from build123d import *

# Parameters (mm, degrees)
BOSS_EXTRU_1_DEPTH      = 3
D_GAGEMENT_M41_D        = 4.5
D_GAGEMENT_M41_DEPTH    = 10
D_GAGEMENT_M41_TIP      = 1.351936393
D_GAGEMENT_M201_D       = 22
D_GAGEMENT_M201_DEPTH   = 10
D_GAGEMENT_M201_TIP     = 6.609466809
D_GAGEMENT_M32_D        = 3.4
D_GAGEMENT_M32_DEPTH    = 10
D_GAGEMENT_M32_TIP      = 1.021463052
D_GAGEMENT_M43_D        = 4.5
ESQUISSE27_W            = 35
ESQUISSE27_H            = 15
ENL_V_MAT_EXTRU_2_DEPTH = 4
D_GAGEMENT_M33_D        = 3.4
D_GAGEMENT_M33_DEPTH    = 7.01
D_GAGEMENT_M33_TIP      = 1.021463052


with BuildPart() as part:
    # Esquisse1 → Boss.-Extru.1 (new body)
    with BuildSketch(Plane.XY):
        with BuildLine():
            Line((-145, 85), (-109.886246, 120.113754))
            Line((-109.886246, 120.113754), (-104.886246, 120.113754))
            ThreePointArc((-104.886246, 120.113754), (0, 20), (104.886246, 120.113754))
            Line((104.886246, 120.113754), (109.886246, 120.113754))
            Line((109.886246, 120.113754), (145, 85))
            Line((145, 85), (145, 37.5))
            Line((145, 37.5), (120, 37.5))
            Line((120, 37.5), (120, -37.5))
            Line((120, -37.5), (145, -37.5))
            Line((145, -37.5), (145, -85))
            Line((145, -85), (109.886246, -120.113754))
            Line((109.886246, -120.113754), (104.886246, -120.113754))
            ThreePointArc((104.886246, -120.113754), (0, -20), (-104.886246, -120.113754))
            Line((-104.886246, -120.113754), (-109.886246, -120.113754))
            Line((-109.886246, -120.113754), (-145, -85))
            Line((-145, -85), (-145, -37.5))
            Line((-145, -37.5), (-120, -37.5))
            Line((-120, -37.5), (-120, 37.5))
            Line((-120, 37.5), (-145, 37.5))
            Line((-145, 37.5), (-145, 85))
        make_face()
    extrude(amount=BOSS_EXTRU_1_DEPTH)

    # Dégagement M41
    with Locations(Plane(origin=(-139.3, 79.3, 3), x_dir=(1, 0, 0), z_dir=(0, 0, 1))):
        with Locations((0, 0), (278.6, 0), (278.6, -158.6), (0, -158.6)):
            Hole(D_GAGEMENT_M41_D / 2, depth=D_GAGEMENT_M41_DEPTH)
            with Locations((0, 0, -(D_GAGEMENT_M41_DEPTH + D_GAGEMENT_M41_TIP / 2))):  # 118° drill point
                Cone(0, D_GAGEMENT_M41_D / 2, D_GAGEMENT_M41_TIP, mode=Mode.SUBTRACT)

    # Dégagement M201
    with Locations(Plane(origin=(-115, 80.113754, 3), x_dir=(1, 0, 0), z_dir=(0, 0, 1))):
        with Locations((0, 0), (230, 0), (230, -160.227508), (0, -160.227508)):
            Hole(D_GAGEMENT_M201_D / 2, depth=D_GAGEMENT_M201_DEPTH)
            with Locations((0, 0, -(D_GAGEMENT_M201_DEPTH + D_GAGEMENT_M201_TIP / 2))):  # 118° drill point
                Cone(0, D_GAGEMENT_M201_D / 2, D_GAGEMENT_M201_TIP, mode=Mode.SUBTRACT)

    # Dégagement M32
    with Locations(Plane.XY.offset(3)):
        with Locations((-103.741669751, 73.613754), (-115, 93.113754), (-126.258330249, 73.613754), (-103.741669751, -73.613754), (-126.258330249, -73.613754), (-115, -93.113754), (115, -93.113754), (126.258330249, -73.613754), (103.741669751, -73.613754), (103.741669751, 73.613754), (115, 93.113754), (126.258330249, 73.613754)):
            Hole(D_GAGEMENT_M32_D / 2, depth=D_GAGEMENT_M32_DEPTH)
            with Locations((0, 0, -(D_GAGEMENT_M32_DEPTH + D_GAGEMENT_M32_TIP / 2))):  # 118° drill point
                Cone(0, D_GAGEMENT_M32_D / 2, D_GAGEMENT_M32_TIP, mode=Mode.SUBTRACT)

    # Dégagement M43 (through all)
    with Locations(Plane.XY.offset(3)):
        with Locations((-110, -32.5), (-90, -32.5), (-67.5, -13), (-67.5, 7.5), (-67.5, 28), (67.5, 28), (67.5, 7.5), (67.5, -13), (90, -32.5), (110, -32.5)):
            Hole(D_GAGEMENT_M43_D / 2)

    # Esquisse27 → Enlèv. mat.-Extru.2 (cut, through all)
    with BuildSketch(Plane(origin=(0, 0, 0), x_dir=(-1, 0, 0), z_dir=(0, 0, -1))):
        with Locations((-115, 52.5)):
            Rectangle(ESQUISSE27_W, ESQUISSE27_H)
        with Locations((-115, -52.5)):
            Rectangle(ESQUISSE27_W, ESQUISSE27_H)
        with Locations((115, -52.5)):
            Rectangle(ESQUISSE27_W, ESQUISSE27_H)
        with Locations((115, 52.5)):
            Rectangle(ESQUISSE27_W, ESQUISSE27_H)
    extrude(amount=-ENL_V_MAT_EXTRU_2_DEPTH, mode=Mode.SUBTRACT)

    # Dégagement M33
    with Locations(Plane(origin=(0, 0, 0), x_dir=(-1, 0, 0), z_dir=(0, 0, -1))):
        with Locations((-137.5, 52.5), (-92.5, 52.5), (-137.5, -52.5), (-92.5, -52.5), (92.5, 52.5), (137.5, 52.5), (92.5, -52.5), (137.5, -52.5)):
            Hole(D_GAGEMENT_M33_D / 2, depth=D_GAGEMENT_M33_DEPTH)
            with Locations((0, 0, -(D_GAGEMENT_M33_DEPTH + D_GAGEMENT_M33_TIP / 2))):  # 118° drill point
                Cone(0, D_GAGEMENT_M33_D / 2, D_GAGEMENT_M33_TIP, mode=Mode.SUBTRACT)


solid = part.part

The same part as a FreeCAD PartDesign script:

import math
import FreeCAD as App
import Part
import Sketcher
Q = App.Units.Quantity


def add_polygon(sketch, points):
    """Adds a closed chain of lines whose ends are joined by coincident constraints."""
    first, n = sketch.GeometryCount, len(points)
    for a, b in zip(points, points[1:] + points[:1]):
        sketch.addGeometry(Part.LineSegment(App.Vector(*a, 0), App.Vector(*b, 0)), False)
    for i in range(n):
        sketch.addConstraint(Sketcher.Constraint("Coincident", first + i, 2, first + (i + 1) % n, 1))

doc = App.newDocument("Part")
body = doc.addObject("PartDesign::Body", "Body")

# Sketch on XY plane
sketch1 = body.newObject("Sketcher::SketchObject", "Sketch")
sketch1.AttachmentSupport = (doc.getObject("XY_Plane"), [""])
sketch1.MapMode = "FlatFace"
sketch1.addGeometry(Part.LineSegment(App.Vector(-110, 120, 0), App.Vector(-145, 85, 0)), False)
sketch1.addGeometry(Part.LineSegment(App.Vector(-145, 85, 0), App.Vector(-145, 38, 0)), False)
sketch1.addGeometry(Part.LineSegment(App.Vector(-145, 38, 0), App.Vector(-120, 38, 0)), False)
sketch1.addGeometry(Part.LineSegment(App.Vector(-120, 38, 0), App.Vector(-120, -38, 0)), False)
sketch1.addGeometry(Part.LineSegment(App.Vector(-120, -38, 0), App.Vector(-145, -38, 0)), False)
sketch1.addGeometry(Part.LineSegment(App.Vector(-145, -38, 0), App.Vector(-145, -85, 0)), False)
sketch1.addGeometry(Part.LineSegment(App.Vector(-145, -85, 0), App.Vector(-110, -120, 0)), False)
sketch1.addGeometry(Part.LineSegment(App.Vector(-110, -120, 0), App.Vector(-105, -120, 0)), False)
sketch1.addGeometry(Part.ArcOfCircle(Part.Circle(App.Vector(0, -125, 0), App.Vector(0, 0, 1), 105), math.radians(3), math.radians(177)), False)
sketch1.addGeometry(Part.LineSegment(App.Vector(105, -120, 0), App.Vector(110, -120, 0)), False)
sketch1.addGeometry(Part.LineSegment(App.Vector(110, -120, 0), App.Vector(145, -85, 0)), False)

--------------------------------

-- What this task involves --
What you return must be an exact retyping of the lines above starting at the line with "extrude(amount=-ENL_V_MAT_EXTRU_2_DEPTH, mode=Mode.SUBTRACT)" and ending at the line with "The same part", and nothing besides.

-- Expected answer --
    extrude(amount=-ENL_V_MAT_EXTRU_2_DEPTH, mode=Mode.SUBTRACT)

    # Dégagement M33
    with Locations(Plane(origin=(0, 0, 0), x_dir=(-1, 0, 0), z_dir=(0, 0, -1))):
        with Locations((-137.5, 52.5), (-92.5, 52.5), (-137.5, -52.5), (-92.5, -52.5), (92.5, 52.5), (137.5, 52.5), (92.5, -52.5), (137.5, -52.5)):
            Hole(D_GAGEMENT_M33_D / 2, depth=D_GAGEMENT_M33_DEPTH)
            with Locations((0, 0, -(D_GAGEMENT_M33_DEPTH + D_GAGEMENT_M33_TIP / 2))):  # 118° drill point
                Cone(0, D_GAGEMENT_M33_D / 2, D_GAGEMENT_M33_TIP, mode=Mode.SUBTRACT)


solid = part.part

The same part as a FreeCAD PartDesign script:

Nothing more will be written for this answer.